A moving means that moves together with the object based on the outputted survey results,
The tracking device according to claim 4, further comprising a tracking device.

comprising wide-angle image acquisition means for respectively acquiring an upper wide-angle image and a lower wide-angle image from an upper wide-angle camera disposed above a predetermined horizontal plane and a lower wide-angle camera disposed below a predetermined horizontal plane;
The photographing means configures the upper camera with a virtual camera that acquires an upper camera image in an arbitrary direction from the acquired upper wide-angle image, and also configures the upper camera with a virtual camera that acquires an upper camera image in an arbitrary direction from the acquired lower wide-angle image. configure the lower camera with a virtual camera to be acquired;
The photographing direction moving means moves the photographing direction in a virtual photographing space in which the upper camera and the lower camera acquire an upper camera image and a lower camera image from the upper wide-angle image and the lower wide-angle image, respectively.
A tracking device according to any one of claims 3 to 5, characterized in that:

The tracking device according to claim 6, wherein the upper wide-angle camera and the lower wide-angle camera are an upper omnidirectional camera and a lower omnidirectional camera, respectively.

The mapping means calculates and obtains the position of the generated particle in the upper camera image and the lower camera image using a predetermined mapping function. A tracking device according to any one of claims.

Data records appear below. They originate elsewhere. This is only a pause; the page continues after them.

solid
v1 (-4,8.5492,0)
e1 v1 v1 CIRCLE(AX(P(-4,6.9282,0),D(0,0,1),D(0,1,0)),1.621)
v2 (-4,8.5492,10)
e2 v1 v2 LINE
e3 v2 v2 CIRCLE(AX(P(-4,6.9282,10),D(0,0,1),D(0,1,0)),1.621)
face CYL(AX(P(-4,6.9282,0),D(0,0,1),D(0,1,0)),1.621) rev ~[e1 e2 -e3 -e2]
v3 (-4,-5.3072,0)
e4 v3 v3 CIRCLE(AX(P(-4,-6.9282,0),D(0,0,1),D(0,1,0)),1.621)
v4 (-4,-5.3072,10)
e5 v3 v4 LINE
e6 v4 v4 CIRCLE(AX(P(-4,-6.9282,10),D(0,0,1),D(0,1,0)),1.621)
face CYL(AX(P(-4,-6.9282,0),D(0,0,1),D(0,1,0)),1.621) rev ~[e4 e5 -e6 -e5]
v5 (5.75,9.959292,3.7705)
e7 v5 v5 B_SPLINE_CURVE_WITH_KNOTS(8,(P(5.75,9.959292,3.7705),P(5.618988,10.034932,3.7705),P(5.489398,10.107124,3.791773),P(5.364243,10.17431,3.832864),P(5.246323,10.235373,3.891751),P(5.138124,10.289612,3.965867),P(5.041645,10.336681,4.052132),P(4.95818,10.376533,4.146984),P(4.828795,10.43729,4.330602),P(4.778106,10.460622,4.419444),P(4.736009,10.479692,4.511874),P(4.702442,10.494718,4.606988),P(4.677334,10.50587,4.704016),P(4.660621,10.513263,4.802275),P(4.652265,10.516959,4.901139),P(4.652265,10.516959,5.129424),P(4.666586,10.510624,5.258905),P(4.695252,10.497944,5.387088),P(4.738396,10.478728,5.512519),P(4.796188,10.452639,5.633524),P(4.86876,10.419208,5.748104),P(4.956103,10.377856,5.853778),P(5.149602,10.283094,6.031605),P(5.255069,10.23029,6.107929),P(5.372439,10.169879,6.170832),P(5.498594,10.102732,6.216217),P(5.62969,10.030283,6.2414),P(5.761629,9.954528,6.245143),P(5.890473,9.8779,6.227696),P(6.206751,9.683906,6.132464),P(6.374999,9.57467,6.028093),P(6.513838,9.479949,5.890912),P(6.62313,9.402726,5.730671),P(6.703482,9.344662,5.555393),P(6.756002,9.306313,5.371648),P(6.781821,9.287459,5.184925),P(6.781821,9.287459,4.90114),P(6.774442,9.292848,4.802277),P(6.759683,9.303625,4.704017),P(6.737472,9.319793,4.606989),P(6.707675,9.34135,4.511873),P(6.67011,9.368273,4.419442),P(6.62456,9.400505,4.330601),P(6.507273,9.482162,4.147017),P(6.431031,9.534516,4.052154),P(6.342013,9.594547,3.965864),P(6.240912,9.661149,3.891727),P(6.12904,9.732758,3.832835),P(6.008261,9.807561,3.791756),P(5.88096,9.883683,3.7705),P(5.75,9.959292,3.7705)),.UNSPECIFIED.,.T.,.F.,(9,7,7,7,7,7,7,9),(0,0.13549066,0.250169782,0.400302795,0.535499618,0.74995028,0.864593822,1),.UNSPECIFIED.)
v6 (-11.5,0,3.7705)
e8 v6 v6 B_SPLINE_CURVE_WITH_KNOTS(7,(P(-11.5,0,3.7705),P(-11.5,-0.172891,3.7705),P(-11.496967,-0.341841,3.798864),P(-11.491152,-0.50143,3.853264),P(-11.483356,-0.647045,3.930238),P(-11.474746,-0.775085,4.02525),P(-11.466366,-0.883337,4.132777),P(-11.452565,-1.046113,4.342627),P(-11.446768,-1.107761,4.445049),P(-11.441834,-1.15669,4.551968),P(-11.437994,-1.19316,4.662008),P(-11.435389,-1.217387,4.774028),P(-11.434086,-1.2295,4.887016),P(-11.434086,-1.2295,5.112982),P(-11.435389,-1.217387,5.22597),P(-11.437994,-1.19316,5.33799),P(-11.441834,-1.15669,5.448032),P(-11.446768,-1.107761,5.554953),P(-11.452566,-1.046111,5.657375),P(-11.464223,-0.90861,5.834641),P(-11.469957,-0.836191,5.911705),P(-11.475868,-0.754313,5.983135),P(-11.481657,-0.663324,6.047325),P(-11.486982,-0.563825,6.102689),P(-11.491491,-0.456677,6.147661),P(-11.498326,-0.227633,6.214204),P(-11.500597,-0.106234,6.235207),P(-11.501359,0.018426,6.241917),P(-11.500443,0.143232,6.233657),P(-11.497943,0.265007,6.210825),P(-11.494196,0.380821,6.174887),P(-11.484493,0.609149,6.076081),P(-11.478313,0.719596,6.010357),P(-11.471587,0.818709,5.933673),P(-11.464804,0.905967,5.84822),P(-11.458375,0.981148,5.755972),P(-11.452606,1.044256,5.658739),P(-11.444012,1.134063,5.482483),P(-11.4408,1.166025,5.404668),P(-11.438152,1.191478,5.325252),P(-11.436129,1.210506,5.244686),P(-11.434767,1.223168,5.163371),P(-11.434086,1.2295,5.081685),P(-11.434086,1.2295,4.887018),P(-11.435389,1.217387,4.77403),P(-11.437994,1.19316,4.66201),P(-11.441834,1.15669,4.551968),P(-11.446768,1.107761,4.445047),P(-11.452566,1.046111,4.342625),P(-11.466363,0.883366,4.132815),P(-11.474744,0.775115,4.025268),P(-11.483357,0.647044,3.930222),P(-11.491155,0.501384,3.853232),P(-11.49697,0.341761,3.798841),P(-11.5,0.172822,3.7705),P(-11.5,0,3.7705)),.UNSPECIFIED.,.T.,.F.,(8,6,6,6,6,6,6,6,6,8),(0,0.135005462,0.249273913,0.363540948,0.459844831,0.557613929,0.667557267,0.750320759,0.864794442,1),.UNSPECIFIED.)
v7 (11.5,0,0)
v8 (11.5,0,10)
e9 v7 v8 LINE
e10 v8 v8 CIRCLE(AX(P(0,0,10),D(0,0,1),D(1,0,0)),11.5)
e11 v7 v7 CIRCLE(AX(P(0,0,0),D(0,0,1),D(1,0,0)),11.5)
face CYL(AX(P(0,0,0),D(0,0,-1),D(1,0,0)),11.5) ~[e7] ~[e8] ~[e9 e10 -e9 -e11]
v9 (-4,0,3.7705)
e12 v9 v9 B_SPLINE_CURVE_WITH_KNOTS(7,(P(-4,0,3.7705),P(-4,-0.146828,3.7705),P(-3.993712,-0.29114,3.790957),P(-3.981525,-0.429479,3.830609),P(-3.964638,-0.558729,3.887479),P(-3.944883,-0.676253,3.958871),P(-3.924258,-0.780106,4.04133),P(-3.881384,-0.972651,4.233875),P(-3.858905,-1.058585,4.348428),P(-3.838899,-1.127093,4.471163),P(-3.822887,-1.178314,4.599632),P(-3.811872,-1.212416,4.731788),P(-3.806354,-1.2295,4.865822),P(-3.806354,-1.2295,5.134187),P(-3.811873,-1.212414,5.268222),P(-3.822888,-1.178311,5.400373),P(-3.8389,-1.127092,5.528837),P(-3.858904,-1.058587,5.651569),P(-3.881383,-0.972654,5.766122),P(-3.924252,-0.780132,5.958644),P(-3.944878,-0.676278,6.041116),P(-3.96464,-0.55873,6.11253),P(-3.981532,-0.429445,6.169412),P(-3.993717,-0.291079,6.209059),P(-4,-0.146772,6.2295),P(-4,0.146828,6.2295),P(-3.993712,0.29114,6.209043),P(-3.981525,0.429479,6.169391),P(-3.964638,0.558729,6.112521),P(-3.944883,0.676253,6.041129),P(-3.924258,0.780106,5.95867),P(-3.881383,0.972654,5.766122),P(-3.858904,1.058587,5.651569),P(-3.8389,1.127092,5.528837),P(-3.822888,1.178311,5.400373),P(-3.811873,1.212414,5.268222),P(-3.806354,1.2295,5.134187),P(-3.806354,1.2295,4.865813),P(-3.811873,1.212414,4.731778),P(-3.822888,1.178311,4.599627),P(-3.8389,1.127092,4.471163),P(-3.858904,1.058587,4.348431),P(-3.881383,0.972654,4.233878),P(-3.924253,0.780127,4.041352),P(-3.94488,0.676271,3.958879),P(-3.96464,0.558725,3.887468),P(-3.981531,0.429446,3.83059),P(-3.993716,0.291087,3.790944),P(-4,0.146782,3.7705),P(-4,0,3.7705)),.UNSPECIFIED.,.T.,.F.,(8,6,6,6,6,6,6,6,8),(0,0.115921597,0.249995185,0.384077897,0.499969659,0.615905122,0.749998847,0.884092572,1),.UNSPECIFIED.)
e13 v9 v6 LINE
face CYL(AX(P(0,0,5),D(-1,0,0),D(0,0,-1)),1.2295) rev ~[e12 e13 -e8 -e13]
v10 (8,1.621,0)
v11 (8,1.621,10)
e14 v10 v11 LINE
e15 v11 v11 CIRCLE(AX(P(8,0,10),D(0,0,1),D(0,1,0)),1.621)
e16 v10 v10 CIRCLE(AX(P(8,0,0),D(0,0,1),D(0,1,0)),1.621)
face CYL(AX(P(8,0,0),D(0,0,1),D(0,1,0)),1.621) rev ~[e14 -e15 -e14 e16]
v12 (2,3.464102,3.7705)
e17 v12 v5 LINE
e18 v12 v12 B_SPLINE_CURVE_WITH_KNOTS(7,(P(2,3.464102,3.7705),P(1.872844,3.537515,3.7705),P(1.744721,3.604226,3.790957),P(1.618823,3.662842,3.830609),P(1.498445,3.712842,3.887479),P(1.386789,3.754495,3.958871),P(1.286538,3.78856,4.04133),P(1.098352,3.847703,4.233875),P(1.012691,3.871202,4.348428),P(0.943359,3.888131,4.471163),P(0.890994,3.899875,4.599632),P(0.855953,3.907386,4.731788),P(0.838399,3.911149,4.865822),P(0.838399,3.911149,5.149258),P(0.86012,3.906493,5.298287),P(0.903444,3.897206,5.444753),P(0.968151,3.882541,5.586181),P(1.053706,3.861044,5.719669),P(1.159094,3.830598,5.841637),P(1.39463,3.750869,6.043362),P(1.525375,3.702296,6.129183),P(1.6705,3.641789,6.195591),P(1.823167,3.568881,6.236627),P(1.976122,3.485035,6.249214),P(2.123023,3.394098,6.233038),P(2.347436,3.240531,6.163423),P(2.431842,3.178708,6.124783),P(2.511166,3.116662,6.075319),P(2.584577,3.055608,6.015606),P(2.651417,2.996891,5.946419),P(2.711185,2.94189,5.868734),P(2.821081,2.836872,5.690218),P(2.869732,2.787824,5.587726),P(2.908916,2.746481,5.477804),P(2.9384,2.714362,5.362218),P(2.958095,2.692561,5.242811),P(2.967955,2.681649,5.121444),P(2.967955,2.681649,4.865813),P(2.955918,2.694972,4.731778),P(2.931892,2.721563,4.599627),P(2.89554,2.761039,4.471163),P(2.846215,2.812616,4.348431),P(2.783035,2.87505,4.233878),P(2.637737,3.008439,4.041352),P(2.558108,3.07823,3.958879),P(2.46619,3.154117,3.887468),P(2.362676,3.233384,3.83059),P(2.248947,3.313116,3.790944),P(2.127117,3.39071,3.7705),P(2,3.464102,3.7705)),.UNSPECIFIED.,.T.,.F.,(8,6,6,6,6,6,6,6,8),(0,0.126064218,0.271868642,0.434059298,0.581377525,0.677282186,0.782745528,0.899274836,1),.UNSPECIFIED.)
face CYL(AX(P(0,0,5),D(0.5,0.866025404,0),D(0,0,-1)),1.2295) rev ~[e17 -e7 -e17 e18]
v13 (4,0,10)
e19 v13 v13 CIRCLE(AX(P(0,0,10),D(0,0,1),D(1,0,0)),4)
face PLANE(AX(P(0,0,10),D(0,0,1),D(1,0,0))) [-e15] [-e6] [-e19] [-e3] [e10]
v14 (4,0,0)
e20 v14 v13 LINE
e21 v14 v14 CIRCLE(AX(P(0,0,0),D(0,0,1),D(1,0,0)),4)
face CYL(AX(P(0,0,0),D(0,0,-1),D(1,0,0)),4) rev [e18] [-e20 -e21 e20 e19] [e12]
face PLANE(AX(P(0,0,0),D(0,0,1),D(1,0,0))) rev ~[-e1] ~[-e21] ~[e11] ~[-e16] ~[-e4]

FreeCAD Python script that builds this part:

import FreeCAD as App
import Part
import Sketcher
Q = App.Units.Quantity

doc = App.newDocument("Part")
body = doc.addObject("PartDesign::Body", "Body")

# Sketch on XY plane
sketch1 = doc.addObject("Sketcher::SketchObject", "Sketch")
body.addObject(sketch1)
sketch1.AttachmentSupport = (doc.XY_Plane, [""])
sketch1.MapMode = "FlatFace"
sketch1.addGeometry(Part.Circle(App.Vector(0, 0, 0), App.Vector(0, 0, 1), 11.5), False)
sketch1.addGeometry(Part.Circle(App.Vector(0, 0, 0), App.Vector(0, 0, 1), 4), False)
sketch1.addConstraint(Sketcher.Constraint("Coincident", 0, 3, -1, 1))
sketch1.addConstraint(Sketcher.Constraint("Coincident", 1, 3, -1, 1))
sketch1.addConstraint(Sketcher.Constraint("Diameter", 0, Q("23 mm")))
sketch1.addConstraint(Sketcher.Constraint("Diameter", 1, Q("8 mm")))
pad1 = doc.addObject("PartDesign::Pad", "Pad")
body.addObject(pad1)
pad1.Profile = sketch1
pad1.Length = 10

# Sketch on XY plane
sketch2 = doc.addObject("Sketcher::SketchObject", "Sketch001")
body.addObject(sketch2)
sketch2.AttachmentSupport = (doc.XY_Plane, [""])
sketch2.MapMode = "FlatFace"
sketch2.addGeometry(Part.Circle(App.Vector(8, 0, 0), App.Vector(0, 0, 1), 1.6), False)
sketch2.addGeometry(Part.Circle(App.Vector(-4, 6.9, 0), App.Vector(0, 0, 1), 1.6), False)
sketch2.addGeometry(Part.Circle(App.Vector(-4, -6.9, 0), App.Vector(0, 0, 1), 1.6), False)
sketch2.addConstraint(Sketcher.Constraint("Equal", 0, 1))
sketch2.addConstraint(Sketcher.Constraint("Equal", 1, 2))
sketch2.addConstraint(Sketcher.Constraint("Symmetric", 1, 3, 2, 3, -1))
sketch2.addConstraint(Sketcher.Constraint("PointOnObject", 0, 3, -1))
sketch2.addConstraint(Sketcher.Constraint("Diameter", 0, Q("3.242 mm")))
sketch2.addConstraint(Sketcher.Constraint("DistanceX", -1, 1, 0, 3, Q("8 mm")))
sketch2.addConstraint(Sketcher.Constraint("DistanceX", 1, 3, -1, 1, Q("4 mm")))
sketch2.addConstraint(Sketcher.Constraint("DistanceY", -1, 1, 1, 3, Q("6.9282 mm")))
doc.recompute()
hole = doc.addObject("PartDesign::Hole", "Hole")
body.addObject(hole)
hole.Profile = sketch2
hole.ThreadType = "None"
hole.Diameter = 3.242
hole.DepthType = "Dimension"
hole.Depth = 15
hole.DrillPoint = "Angled"
hole.DrillPointAngle = 118
hole.Reversed = True

# Sketch on YZ plane
sketch3 = doc.addObject("Sketcher::SketchObject", "Sketch002")
body.addObject(sketch3)
sketch3.AttachmentSupport = (doc.YZ_Plane, [""])
sketch3.MapMode = "FlatFace"
sketch3.addGeometry(Part.Circle(App.Vector(0, 5, 0), App.Vector(0, 0, 1), 1.2), False)
sketch3.addConstraint(Sketcher.Constraint("PointOnObject", 0, 3, -2))
sketch3.addConstraint(Sketcher.Constraint("Diameter", 0, Q("2.459 mm")))
sketch3.addConstraint(Sketcher.Constraint("DistanceY", -1, 1, 0, 3, Q("5 mm")))
doc.recompute()
hole2 = doc.addObject("PartDesign::Hole", "Hole001")
body.addObject(hole2)
hole2.Profile = sketch3
hole2.ThreadType = "None"
hole2.Diameter = 2.459
hole2.DepthType = "ThroughAll"

# Sketch on an angled plane
sketch4 = doc.addObject("Sketcher::SketchObject", "Sketch003")
body.addObject(sketch4)
sketch4.Placement = App.Placement(App.Vector(0, 0, 0), App.Rotation(App.Vector(0.866025404, -0.5, 0), App.Vector(0, 0, 1), App.Vector(-0.5, -0.866025404, 0), "ZXY"))
sketch4.addGeometry(Part.Circle(App.Vector(0, 5, 0), App.Vector(0, 0, 1), 1.2), False)
sketch4.addConstraint(Sketcher.Constraint("PointOnObject", 0, 3, -2))
sketch4.addConstraint(Sketcher.Constraint("Diameter", 0, Q("2.459 mm")))
sketch4.addConstraint(Sketcher.Constraint("DistanceY", -1, 1, 0, 3, Q("5 mm")))
doc.recompute()
hole3 = doc.addObject("PartDesign::Hole", "Hole002")
body.addObject(hole3)
hole3.Profile = sketch4
hole3.ThreadType = "None"
hole3.Diameter = 2.459
hole3.DepthType = "ThroughAll"

doc.recompute()
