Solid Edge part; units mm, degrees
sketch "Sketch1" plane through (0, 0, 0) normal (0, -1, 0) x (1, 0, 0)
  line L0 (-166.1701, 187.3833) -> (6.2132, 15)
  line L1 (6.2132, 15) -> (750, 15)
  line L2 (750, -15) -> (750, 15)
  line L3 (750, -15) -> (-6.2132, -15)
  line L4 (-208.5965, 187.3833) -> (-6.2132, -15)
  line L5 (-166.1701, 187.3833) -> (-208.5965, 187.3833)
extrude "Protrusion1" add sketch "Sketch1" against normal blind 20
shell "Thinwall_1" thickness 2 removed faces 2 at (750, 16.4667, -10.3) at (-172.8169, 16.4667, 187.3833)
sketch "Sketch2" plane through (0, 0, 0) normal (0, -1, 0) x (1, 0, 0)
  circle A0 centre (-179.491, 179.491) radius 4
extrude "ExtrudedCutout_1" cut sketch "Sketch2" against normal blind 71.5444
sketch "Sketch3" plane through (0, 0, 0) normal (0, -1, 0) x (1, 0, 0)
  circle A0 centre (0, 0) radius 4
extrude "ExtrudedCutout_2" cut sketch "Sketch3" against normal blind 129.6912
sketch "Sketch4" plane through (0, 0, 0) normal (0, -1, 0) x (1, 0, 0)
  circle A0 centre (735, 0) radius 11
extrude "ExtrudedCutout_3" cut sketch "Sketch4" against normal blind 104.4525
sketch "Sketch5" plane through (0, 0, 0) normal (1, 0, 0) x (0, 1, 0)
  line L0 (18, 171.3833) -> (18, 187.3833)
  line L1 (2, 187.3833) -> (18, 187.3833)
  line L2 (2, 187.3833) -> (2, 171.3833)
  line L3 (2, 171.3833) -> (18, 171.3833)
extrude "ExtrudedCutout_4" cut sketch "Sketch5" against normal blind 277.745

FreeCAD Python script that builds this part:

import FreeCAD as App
import Part
import Sketcher
Q = App.Units.Quantity


def faces_at(feature, points):
    """Names of the faces that lie closest to the given points."""
    faces = feature.Shape.Faces
    near = lambda p: min(range(len(faces)), key=lambda i: faces[i].distToShape(Part.Vertex(*p))[0])
    return sorted({f"Face{near(p) + 1}" for p in points})

doc = App.newDocument("Part")
body = doc.addObject("PartDesign::Body", "Body")

# Sketch on XZ plane
sketch1 = doc.addObject("Sketcher::SketchObject", "Sketch")
body.addObject(sketch1)
sketch1.AttachmentSupport = (doc.XZ_Plane, [""])
sketch1.MapMode = "FlatFace"
sketch1.addGeometry([
    Part.LineSegment(App.Vector(6, 15, 0), App.Vector(-166, 187, 0)),  # 0
    Part.LineSegment(App.Vector(-166, 187, 0), App.Vector(-209, 187, 0)),  # 1
    Part.LineSegment(App.Vector(-209, 187, 0), App.Vector(-6, -15, 0)),  # 2
    Part.LineSegment(App.Vector(-6, -15, 0), App.Vector(750, -15, 0)),  # 3
    Part.LineSegment(App.Vector(750, -15, 0), App.Vector(750, 15, 0)),  # 4
    Part.LineSegment(App.Vector(750, 15, 0), App.Vector(6, 15, 0)),  # 5
], False)
sketch1.addConstraint([
    Sketcher.Constraint("Coincident", 0, 2, 1, 1),
    Sketcher.Constraint("Coincident", 1, 2, 2, 1),
    Sketcher.Constraint("Coincident", 2, 2, 3, 1),
    Sketcher.Constraint("Coincident", 3, 2, 4, 1),
    Sketcher.Constraint("Coincident", 4, 2, 5, 1),
    Sketcher.Constraint("Coincident", 5, 2, 0, 1),
    Sketcher.Constraint("Horizontal", 1),
    Sketcher.Constraint("Horizontal", 3),
    Sketcher.Constraint("Vertical", 4),
    Sketcher.Constraint("Horizontal", 5),
    Sketcher.Constraint("Symmetric", 2, 2, 5, 2, -1, 1),
    Sketcher.Constraint("Parallel", 0, 2),
    Sketcher.Constraint("DistanceY", 4, 1, 4, 2, 30.0),
    Sketcher.Constraint("Angle", 0, Q("135 deg")),
    Sketcher.Constraint("DistanceX", -1, 1, 3, 2, 750.0),
    Sketcher.Constraint("DistanceX", 0, 2, -1, 1, 166.17),
    Sketcher.Constraint("DistanceX", 1, 2, 1, 1, 42.4264),
])
pad1 = doc.addObject("PartDesign::Pad", "Pad")
body.addObject(pad1)
pad1.Profile = sketch1
pad1.Length = 20
pad1.Reversed = True
doc.recompute()

thickness = doc.addObject("PartDesign::Thickness", "Thickness")
body.addObject(thickness)
thickness.Base = (pad1, faces_at(pad1, [(750, 16.467, -10.3), (-172.817, 16.467, 187.383)]))
thickness.Value = 2
thickness.Reversed = True
thickness.Join = "Intersection"

# Sketch on XZ plane
sketch2 = doc.addObject("Sketcher::SketchObject", "Sketch001")
body.addObject(sketch2)
sketch2.AttachmentSupport = (doc.XZ_Plane, [""])
sketch2.MapMode = "FlatFace"
sketch2.addGeometry(Part.Circle(App.Vector(-179.5, 179.5, 0), App.Vector(0, 0, 1), 4), False)
sketch2.addConstraint([
    Sketcher.Constraint("Diameter", 0, 8.0),
    Sketcher.Constraint("DistanceX", 0, 3, -1, 1, 179.491),
    Sketcher.Constraint("DistanceY", -1, 1, 0, 3, 179.491),
])
pocket1 = doc.addObject("PartDesign::Pocket", "Pocket")
body.addObject(pocket1)
pocket1.Profile = sketch2
pocket1.Length = 71.5444

# Sketch on XZ plane
sketch3 = doc.addObject("Sketcher::SketchObject", "Sketch002")
body.addObject(sketch3)
sketch3.AttachmentSupport = (doc.XZ_Plane, [""])
sketch3.MapMode = "FlatFace"
sketch3.addGeometry(Part.Circle(App.Vector(0, 0, 0), App.Vector(0, 0, 1), 4), False)
sketch3.addConstraint([
    Sketcher.Constraint("Coincident", 0, 3, -1, 1),
    Sketcher.Constraint("Diameter", 0, 8.0),
])
pocket2 = doc.addObject("PartDesign::Pocket", "Pocket001")
body.addObject(pocket2)
pocket2.Profile = sketch3
pocket2.Length = 129.6912

# Sketch on XZ plane
sketch4 = doc.addObject("Sketcher::SketchObject", "Sketch003")
body.addObject(sketch4)
sketch4.AttachmentSupport = (doc.XZ_Plane, [""])
sketch4.MapMode = "FlatFace"
sketch4.addGeometry(Part.Circle(App.Vector(735, 0, 0), App.Vector(0, 0, 1), 11), False)
sketch4.addConstraint([
    Sketcher.Constraint("PointOnObject", 0, 3, -1),
    Sketcher.Constraint("Diameter", 0, 22.0),
    Sketcher.Constraint("DistanceX", -1, 1, 0, 3, 735.0),
])
pocket3 = doc.addObject("PartDesign::Pocket", "Pocket002")
body.addObject(pocket3)
pocket3.Profile = sketch4
pocket3.Length = 104.4525

# Sketch on YZ plane
sketch5 = doc.addObject("Sketcher::SketchObject", "Sketch004")
body.addObject(sketch5)
sketch5.AttachmentSupport = (doc.YZ_Plane, [""])
sketch5.MapMode = "FlatFace"
sketch5.addGeometry([
    Part.LineSegment(App.Vector(2, 171, 0), App.Vector(18, 171, 0)),
    Part.LineSegment(App.Vector(18, 171, 0), App.Vector(18, 187, 0)),
    Part.LineSegment(App.Vector(18, 187, 0), App.Vector(2, 187, 0)),
    Part.LineSegment(App.Vector(2, 187, 0), App.Vector(2, 171, 0)),
], False)
sketch5.addConstraint([
    Sketcher.Constraint("Coincident", 0, 2, 1, 1),
    Sketcher.Constraint("Coincident", 1, 2, 2, 1),
    Sketcher.Constraint("Coincident", 2, 2, 3, 1),
    Sketcher.Constraint("Coincident", 3, 2, 0, 1),
    Sketcher.Constraint("Horizontal", 0),
    Sketcher.Constraint("Vertical", 1),
    Sketcher.Constraint("Horizontal", 2),
    Sketcher.Constraint("Vertical", 3),
    Sketcher.Constraint("Equal", 2, 1),
    Sketcher.Constraint("DistanceX", 0, 1, 0, 2, 16.0),
    Sketcher.Constraint("DistanceX", -1, 1, 0, 2, 18.0),
    Sketcher.Constraint("DistanceY", -1, 1, 0, 2, 171.3833),
])
pocket4 = doc.addObject("PartDesign::Pocket", "Pocket003")
body.addObject(pocket4)
pocket4.Profile = sketch5
pocket4.Length = 277.745

doc.recompute()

The photographing means photographs each of the generated particles by pointing the upper camera and the lower camera,
The method according to any one of claims 1 to 7, wherein the mapping means acquires a position corresponding to a shooting direction of the upper camera image and the lower camera image as the position of the particle. A tracking device according to the claims.

The tracking device according to any one of claims 1 to 9, wherein the upper camera and the lower camera are arranged on a vertical line.

a particle generation function that generates particles to be used in a particle filter in a three-dimensional space based on the probability distribution of the position where the target exists;
a photographing function for photographing the object with a vergence stereo camera using an upper camera disposed above a predetermined horizontal plane and a lower camera disposed below;
a mapping function that maps the generated particles in association with an upper camera image and a lower camera image taken by the upper camera and the lower camera, respectively;
A detection area is set in the upper camera image and the lower camera image based on the respective positions of the mapped particles in the upper camera image and the lower camera image, and the photographed object is divided into the upper camera image and the lower camera image. Image recognition function that recognizes each image from the bottom camera image,
Likelihood acquisition of acquiring the likelihood of the generated particles using at least one of a first likelihood based on image recognition of the upper camera image and a second likelihood based on image recognition of the lower camera image. function and
a tracking function that tracks the location of the target by updating the probability distribution based on the acquired likelihood;
realized by computer,
The particle generation function is a tracking program that sequentially generates particles based on the updated probability distribution.